Let's see. At the beginning of the movie we witness the dawn of Man. That is,
we see tribes of apes shaken by beastly emotions, fear, rage, aggression;
eaten by predators, sleeping under rocks, fighting with each other for food
and water. Not a pretty sight. The tribe that wins and will give birth to
mankind is the most violent one, the one that discovered how to use tools to
kill. But jump forward a few million years of evolution, and a seemingly
refined humanity is travelling in space and having civilised (if somewhat
cautious) conversations about science and current events.

On the spaceship (curiously spermatozoa-shaped) that is sent to investigate
the mystery of the monolith, there's a crew of hyper-rational astronauts
together with science's latest, most refined tool, an evolution of man itself:
a super-human intelligence that embodies an ideal of rationality and civility.
And how does this end up? In a violent bloodbath, with men fighting to death,
tooth and nails, with their own super-human creation. Clearly, anything men
can produce is tainted by the original sin of violence.

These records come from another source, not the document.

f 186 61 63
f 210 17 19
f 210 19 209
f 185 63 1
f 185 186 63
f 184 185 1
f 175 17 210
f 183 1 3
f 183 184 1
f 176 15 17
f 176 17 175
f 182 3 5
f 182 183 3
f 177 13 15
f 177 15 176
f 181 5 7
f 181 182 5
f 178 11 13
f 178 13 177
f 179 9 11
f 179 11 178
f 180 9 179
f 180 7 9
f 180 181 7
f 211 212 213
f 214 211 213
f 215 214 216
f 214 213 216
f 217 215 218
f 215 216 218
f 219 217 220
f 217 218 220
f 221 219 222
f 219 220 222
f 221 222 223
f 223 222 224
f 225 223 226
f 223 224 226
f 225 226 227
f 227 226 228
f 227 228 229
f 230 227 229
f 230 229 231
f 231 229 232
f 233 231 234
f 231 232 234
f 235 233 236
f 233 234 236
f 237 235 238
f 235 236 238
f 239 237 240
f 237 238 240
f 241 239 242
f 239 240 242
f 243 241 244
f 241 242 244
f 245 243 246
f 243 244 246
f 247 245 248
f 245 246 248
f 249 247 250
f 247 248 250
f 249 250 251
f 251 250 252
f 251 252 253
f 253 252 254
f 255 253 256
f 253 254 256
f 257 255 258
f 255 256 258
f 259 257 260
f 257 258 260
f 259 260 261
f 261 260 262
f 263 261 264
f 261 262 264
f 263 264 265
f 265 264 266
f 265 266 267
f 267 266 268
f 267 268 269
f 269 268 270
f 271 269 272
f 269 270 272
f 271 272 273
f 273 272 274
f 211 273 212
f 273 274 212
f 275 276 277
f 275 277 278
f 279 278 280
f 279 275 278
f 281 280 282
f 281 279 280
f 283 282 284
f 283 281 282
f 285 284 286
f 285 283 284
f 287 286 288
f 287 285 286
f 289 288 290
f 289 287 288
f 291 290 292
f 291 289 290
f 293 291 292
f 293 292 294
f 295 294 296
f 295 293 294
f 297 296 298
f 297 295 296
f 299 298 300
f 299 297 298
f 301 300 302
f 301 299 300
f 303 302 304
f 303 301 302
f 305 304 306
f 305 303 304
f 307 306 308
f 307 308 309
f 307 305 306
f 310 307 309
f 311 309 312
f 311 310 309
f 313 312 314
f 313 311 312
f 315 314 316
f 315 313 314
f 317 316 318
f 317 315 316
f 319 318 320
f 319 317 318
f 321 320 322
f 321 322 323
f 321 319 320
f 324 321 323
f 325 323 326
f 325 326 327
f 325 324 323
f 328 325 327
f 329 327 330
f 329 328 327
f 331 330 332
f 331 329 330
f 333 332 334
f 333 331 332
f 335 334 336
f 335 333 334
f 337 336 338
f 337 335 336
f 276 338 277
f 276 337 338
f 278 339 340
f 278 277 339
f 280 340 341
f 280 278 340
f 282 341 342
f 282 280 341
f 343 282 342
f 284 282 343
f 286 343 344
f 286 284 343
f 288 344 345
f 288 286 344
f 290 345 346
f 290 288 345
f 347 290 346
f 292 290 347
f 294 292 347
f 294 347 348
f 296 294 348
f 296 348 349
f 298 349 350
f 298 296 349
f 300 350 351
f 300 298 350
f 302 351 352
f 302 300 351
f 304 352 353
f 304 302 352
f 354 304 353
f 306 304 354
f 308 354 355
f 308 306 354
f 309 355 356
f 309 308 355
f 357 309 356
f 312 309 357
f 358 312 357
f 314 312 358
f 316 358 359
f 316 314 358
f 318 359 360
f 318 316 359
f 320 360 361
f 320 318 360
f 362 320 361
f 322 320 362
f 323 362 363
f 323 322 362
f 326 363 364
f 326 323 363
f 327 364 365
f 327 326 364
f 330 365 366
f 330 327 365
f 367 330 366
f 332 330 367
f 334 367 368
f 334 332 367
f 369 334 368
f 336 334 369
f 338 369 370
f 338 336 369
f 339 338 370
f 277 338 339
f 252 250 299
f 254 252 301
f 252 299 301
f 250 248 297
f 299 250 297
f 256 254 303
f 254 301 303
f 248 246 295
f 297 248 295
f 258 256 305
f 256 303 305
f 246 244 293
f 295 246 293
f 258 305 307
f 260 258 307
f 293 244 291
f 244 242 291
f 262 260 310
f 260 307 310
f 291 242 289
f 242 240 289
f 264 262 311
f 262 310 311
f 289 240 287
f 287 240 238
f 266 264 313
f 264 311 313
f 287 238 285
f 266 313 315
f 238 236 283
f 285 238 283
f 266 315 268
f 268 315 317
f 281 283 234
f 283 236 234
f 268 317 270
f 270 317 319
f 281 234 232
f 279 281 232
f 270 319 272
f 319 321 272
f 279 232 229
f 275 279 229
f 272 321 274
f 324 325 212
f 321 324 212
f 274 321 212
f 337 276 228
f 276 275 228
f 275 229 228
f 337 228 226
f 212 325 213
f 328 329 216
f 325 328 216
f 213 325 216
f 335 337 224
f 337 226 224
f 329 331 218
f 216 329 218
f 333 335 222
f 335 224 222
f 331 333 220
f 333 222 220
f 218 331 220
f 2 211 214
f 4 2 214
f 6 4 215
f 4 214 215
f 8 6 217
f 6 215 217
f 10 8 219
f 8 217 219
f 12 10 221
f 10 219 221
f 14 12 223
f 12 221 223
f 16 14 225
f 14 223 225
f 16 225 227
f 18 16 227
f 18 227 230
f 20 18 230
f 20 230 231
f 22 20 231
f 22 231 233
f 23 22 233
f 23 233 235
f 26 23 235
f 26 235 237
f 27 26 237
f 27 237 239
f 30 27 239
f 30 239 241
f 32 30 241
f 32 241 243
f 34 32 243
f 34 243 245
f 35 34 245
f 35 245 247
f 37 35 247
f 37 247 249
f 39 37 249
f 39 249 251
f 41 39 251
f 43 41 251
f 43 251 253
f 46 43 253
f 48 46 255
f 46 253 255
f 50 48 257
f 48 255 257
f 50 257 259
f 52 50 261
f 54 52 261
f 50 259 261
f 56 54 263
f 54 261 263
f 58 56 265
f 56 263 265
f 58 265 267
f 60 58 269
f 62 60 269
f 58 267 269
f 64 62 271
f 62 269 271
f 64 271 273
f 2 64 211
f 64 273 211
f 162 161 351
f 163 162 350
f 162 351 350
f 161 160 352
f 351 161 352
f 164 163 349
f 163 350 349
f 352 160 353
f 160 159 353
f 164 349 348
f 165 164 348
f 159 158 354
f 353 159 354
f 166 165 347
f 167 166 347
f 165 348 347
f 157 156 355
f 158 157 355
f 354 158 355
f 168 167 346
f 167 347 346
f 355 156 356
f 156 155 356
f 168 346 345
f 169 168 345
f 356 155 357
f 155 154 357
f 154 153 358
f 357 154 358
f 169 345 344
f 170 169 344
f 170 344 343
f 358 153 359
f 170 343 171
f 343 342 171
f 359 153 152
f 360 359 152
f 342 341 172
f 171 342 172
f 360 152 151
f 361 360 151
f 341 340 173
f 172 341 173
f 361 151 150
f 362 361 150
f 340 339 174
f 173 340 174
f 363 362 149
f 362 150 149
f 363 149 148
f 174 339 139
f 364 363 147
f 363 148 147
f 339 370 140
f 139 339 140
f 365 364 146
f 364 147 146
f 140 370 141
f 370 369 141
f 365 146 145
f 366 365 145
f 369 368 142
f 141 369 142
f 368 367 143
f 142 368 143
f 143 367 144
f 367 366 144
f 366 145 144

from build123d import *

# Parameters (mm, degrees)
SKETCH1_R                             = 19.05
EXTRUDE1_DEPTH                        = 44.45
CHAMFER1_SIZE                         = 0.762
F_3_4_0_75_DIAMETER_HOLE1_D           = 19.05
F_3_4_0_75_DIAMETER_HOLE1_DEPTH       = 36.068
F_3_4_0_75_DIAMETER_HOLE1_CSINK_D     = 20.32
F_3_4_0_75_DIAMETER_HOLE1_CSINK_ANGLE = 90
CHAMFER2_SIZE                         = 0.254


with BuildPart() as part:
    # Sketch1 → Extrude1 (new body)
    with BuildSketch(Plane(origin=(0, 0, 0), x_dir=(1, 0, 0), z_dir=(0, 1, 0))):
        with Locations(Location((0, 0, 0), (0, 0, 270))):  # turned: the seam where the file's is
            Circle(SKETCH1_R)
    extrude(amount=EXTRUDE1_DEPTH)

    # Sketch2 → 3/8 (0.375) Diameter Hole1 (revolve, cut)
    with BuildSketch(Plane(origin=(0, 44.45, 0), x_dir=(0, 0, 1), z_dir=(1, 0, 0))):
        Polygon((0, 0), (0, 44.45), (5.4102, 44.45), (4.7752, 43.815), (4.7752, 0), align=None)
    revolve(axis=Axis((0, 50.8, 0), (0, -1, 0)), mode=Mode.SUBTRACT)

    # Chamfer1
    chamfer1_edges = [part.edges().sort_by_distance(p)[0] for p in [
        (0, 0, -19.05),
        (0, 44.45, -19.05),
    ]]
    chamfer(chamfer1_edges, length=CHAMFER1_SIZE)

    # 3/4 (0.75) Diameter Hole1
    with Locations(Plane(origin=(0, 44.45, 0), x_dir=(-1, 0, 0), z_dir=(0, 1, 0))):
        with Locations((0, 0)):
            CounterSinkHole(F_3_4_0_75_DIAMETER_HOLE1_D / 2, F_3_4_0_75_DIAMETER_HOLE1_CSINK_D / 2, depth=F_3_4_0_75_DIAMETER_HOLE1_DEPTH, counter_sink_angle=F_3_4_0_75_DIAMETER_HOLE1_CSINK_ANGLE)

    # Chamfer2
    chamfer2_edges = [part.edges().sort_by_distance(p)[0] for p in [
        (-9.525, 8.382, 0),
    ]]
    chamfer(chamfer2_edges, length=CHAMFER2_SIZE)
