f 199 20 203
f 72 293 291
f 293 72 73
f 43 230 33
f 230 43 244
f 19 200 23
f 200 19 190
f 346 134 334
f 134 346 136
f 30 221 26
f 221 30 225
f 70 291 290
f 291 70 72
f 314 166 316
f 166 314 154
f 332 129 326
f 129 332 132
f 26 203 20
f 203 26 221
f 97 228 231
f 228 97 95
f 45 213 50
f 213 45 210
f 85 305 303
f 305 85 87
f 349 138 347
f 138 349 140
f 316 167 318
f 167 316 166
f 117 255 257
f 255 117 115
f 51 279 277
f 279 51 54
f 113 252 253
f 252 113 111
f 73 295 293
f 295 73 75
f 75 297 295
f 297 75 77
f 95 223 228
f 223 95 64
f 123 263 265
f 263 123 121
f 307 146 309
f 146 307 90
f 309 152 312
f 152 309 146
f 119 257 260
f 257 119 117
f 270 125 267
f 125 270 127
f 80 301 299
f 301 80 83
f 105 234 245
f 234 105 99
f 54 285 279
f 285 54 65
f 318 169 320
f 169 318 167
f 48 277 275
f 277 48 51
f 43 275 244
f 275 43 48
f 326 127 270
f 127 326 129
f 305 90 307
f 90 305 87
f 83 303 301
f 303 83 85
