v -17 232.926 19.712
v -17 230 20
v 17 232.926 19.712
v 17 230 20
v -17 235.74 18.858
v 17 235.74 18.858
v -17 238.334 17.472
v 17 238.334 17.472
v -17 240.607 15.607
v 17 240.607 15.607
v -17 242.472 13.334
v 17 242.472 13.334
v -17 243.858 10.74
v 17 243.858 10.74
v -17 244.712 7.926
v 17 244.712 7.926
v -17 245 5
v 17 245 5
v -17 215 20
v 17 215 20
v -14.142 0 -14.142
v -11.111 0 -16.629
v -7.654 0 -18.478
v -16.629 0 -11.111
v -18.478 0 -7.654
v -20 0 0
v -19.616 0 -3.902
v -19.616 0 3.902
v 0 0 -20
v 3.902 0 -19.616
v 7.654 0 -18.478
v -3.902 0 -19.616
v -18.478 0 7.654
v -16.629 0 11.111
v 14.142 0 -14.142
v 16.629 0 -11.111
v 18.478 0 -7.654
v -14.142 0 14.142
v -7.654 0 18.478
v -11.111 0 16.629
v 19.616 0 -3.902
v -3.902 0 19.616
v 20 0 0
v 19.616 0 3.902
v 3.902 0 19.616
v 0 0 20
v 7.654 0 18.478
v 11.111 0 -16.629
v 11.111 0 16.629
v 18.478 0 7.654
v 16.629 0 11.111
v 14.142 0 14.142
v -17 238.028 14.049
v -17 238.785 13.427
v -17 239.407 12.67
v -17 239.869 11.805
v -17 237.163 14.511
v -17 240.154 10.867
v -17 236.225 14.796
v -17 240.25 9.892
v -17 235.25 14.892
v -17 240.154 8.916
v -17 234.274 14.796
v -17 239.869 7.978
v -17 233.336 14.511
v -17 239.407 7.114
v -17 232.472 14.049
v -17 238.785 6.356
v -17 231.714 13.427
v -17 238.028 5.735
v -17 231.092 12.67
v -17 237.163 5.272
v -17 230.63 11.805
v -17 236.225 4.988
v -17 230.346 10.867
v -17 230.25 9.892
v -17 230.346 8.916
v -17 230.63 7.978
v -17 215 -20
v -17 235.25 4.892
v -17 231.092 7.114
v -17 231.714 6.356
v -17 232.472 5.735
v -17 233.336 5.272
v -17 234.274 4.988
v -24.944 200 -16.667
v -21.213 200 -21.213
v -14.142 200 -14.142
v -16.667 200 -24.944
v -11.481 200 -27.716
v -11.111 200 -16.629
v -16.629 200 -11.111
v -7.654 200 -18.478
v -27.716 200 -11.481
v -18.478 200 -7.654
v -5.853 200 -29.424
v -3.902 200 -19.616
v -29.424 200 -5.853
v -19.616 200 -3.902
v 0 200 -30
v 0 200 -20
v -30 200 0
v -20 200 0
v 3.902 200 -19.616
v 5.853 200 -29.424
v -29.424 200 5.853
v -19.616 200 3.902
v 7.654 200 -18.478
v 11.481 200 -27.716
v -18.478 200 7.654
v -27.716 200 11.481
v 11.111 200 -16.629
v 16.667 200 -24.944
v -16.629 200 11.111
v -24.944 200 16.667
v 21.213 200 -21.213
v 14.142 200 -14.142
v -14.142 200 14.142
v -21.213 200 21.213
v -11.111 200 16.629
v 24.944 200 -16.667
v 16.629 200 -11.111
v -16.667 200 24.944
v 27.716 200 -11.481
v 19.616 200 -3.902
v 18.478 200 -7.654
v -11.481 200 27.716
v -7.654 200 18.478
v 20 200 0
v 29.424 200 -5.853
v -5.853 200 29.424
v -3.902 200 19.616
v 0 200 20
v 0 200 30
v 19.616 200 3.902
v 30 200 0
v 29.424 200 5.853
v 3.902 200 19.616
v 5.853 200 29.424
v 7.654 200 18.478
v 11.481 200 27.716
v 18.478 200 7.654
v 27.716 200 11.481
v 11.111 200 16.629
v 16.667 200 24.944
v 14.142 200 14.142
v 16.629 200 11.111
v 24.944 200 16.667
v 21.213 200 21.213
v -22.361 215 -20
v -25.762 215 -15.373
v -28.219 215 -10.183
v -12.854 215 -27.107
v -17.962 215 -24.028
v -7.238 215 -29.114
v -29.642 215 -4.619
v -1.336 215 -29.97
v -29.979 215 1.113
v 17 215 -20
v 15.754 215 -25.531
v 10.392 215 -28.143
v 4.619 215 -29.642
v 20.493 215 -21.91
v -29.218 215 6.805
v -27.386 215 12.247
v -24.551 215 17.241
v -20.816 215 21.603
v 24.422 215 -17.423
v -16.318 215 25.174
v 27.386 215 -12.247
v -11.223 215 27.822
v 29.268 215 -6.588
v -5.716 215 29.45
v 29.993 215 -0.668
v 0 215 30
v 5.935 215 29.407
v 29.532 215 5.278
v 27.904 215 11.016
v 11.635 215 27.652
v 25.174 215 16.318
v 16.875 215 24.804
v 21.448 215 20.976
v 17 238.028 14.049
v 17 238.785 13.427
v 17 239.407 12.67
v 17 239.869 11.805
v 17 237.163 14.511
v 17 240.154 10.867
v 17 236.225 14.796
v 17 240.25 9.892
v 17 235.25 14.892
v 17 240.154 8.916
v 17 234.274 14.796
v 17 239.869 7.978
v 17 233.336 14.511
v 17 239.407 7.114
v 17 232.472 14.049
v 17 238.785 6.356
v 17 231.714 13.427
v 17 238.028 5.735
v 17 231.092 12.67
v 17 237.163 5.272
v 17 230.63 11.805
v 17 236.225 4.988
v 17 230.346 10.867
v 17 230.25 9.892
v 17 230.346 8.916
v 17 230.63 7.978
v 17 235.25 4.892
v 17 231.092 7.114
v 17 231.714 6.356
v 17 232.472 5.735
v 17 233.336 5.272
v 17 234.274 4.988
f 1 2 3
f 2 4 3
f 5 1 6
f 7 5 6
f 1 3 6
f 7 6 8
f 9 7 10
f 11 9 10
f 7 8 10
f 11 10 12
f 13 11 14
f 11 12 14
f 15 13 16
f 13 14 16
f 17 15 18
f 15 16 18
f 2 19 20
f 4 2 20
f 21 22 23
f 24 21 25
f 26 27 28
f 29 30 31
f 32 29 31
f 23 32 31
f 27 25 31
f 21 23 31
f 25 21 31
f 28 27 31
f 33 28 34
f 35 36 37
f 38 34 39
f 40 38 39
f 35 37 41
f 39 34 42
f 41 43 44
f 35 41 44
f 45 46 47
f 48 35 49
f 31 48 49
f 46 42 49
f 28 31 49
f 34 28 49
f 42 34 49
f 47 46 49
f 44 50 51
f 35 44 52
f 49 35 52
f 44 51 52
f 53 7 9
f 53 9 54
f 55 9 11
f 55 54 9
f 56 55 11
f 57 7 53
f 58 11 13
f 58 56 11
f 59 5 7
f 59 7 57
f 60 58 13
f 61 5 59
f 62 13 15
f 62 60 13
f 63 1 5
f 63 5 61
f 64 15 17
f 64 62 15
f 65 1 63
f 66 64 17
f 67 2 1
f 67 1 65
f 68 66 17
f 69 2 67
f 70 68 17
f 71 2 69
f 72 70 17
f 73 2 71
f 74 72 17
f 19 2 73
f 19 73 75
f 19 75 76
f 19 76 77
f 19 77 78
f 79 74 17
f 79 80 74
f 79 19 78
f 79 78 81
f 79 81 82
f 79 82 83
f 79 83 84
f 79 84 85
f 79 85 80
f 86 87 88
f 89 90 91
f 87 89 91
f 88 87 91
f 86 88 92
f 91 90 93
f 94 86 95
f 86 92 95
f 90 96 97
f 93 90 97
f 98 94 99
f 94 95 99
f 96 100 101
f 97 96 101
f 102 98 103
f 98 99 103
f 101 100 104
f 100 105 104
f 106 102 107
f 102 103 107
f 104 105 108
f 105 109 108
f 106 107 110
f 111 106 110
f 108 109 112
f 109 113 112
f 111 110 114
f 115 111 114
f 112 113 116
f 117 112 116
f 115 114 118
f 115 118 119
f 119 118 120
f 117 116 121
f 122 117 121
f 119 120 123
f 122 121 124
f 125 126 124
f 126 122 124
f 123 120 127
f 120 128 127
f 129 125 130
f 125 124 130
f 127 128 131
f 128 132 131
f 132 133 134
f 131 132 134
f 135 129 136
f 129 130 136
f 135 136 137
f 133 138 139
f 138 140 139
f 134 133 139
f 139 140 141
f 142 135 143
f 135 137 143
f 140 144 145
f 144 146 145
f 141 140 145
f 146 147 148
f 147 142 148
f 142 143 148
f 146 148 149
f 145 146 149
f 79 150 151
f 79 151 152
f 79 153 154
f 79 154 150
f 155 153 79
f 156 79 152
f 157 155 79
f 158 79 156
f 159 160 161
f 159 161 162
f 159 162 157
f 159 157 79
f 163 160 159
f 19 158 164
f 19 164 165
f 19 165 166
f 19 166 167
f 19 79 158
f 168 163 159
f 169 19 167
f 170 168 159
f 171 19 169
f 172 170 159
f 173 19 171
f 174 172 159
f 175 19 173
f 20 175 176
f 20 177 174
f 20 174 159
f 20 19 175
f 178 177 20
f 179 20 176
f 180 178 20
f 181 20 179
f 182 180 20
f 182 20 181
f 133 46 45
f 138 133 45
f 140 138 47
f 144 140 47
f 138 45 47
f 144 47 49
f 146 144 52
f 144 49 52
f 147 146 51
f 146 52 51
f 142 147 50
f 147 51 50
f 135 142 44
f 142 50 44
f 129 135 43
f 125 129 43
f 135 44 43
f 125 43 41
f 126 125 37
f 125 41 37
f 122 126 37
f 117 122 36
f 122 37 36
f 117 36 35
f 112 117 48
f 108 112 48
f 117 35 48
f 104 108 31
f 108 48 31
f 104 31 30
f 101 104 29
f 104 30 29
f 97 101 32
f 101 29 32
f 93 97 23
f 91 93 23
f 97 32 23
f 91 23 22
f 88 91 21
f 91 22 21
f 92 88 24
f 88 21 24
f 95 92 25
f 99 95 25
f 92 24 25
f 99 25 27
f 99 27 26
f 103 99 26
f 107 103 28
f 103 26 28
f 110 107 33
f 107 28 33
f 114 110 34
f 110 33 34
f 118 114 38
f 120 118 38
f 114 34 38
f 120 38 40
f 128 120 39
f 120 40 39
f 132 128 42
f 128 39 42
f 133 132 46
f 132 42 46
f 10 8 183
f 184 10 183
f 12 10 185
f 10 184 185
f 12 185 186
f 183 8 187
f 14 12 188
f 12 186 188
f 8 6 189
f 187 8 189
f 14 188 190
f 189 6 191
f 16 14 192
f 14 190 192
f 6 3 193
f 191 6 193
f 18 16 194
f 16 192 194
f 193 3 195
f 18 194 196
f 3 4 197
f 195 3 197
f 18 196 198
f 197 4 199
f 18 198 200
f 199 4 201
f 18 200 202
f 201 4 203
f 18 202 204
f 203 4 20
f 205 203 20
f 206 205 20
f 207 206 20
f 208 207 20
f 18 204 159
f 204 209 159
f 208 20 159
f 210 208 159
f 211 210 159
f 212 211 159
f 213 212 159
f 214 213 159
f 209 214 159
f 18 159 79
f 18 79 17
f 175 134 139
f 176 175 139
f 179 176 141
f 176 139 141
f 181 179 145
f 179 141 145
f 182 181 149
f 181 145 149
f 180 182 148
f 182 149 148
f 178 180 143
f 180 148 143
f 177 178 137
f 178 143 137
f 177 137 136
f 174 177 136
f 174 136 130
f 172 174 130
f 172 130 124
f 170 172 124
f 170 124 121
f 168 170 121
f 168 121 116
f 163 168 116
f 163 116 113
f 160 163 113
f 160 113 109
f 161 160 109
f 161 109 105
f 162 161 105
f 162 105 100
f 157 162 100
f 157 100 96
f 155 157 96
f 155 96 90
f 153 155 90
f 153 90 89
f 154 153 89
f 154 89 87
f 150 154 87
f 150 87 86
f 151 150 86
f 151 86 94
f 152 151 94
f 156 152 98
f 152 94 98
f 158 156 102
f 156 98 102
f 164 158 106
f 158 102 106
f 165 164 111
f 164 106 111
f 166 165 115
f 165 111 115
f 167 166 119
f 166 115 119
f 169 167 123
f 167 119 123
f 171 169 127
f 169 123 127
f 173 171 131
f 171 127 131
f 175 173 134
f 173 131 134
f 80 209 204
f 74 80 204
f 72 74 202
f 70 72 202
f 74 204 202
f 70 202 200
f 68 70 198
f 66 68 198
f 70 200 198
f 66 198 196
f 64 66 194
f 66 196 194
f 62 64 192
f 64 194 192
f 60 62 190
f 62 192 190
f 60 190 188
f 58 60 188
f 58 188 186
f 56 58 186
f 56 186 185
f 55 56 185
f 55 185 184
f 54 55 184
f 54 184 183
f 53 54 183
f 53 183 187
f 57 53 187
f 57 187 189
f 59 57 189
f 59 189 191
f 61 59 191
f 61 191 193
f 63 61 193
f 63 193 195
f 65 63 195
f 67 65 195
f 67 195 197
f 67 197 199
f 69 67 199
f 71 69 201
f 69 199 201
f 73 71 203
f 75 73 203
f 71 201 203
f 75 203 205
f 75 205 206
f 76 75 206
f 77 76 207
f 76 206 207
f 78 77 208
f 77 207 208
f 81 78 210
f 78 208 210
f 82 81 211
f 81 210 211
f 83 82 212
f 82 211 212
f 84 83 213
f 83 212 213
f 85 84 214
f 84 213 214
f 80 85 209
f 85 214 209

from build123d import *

# Parameters (mm, degrees)
SKETCH1_R           = 20
BOSS_EXTRUDE1_DEPTH = 200
SKETCH2_R           = 30
BOSS_EXTRUDE2_DEPTH = 15
SKETCH3_W           = 34
SKETCH3_H           = 40
BOSS_EXTRUDE3_DEPTH = 30
CUT_EXTRUDE1_DEPTH  = 59
FILLET1_R           = 15
SKETCH5_R           = 5
CUT_EXTRUDE2_DEPTH  = 59


with BuildPart() as part:
    # Sketch1 → Boss-Extrude1 (new body)
    with BuildSketch(Plane(origin=(0, 0, 0), x_dir=(1, 0, 0), z_dir=(0, 1, 0))):
        with Locations(Location((0, 0, 0), (0, 0, 270))):
            Circle(SKETCH1_R)
    extrude(amount=BOSS_EXTRUDE1_DEPTH)

    # Sketch2 → Boss-Extrude2 (add)
    with BuildSketch(Plane(origin=(0, 200, 0), x_dir=(1, 0, 0), z_dir=(0, 1, 0))):
        with Locations(Location((0, 0, 0), (0, 0, 270))):
            Circle(SKETCH2_R)
    extrude(amount=BOSS_EXTRUDE2_DEPTH)

    # Sketch3 → Boss-Extrude3 (add)
    with BuildSketch(Plane(origin=(0, 215, 0), x_dir=(1, 0, 0), z_dir=(0, 1, 0))):
        Rectangle(SKETCH3_W, SKETCH3_H)
    extrude(amount=BOSS_EXTRUDE3_DEPTH)

    # Sketch4 → Cut-Extrude1 (cut)
    with BuildSketch(Plane(origin=(17, 0, 0), x_dir=(0, 0, -1), z_dir=(1, 0, 0))):
        Polygon((20, 215), (-5, 245), (20, 245), align=None)
    extrude(amount=-CUT_EXTRUDE1_DEPTH, mode=Mode.SUBTRACT)

    # Fillet1
    fillet1_edges = [part.edges().sort_by_distance(p)[0] for p in [
        (0, 245, 20),
    ]]
    fillet(fillet1_edges, radius=FILLET1_R - 0.0001)  # a hair under: the kernel refuses the full size

    # Sketch5 → Cut-Extrude2 (cut)
    with BuildSketch(Plane(origin=(17, 0, 0), x_dir=(0, 0, -1), z_dir=(1, 0, 0))):
        with Locations((-9.891874818, 235.24975043)):
            Circle(SKETCH5_R)
    extrude(amount=-CUT_EXTRUDE2_DEPTH, mode=Mode.SUBTRACT)


solid = part.part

So David Bowman is transported to a place that seems to be outside space or
time, a room decorated in a style that's the essence of civility but also of
sterile coldness; in this space he sees himself living by a futile ideal of
sophistication, only to proceed towards his inevitable decay and death. And as
he's approaching his last moments, the monolith (the otherness) intervenes
again, extracting from his consumed shell, at last, a really new kind of
humanity.

Does it make sense? :)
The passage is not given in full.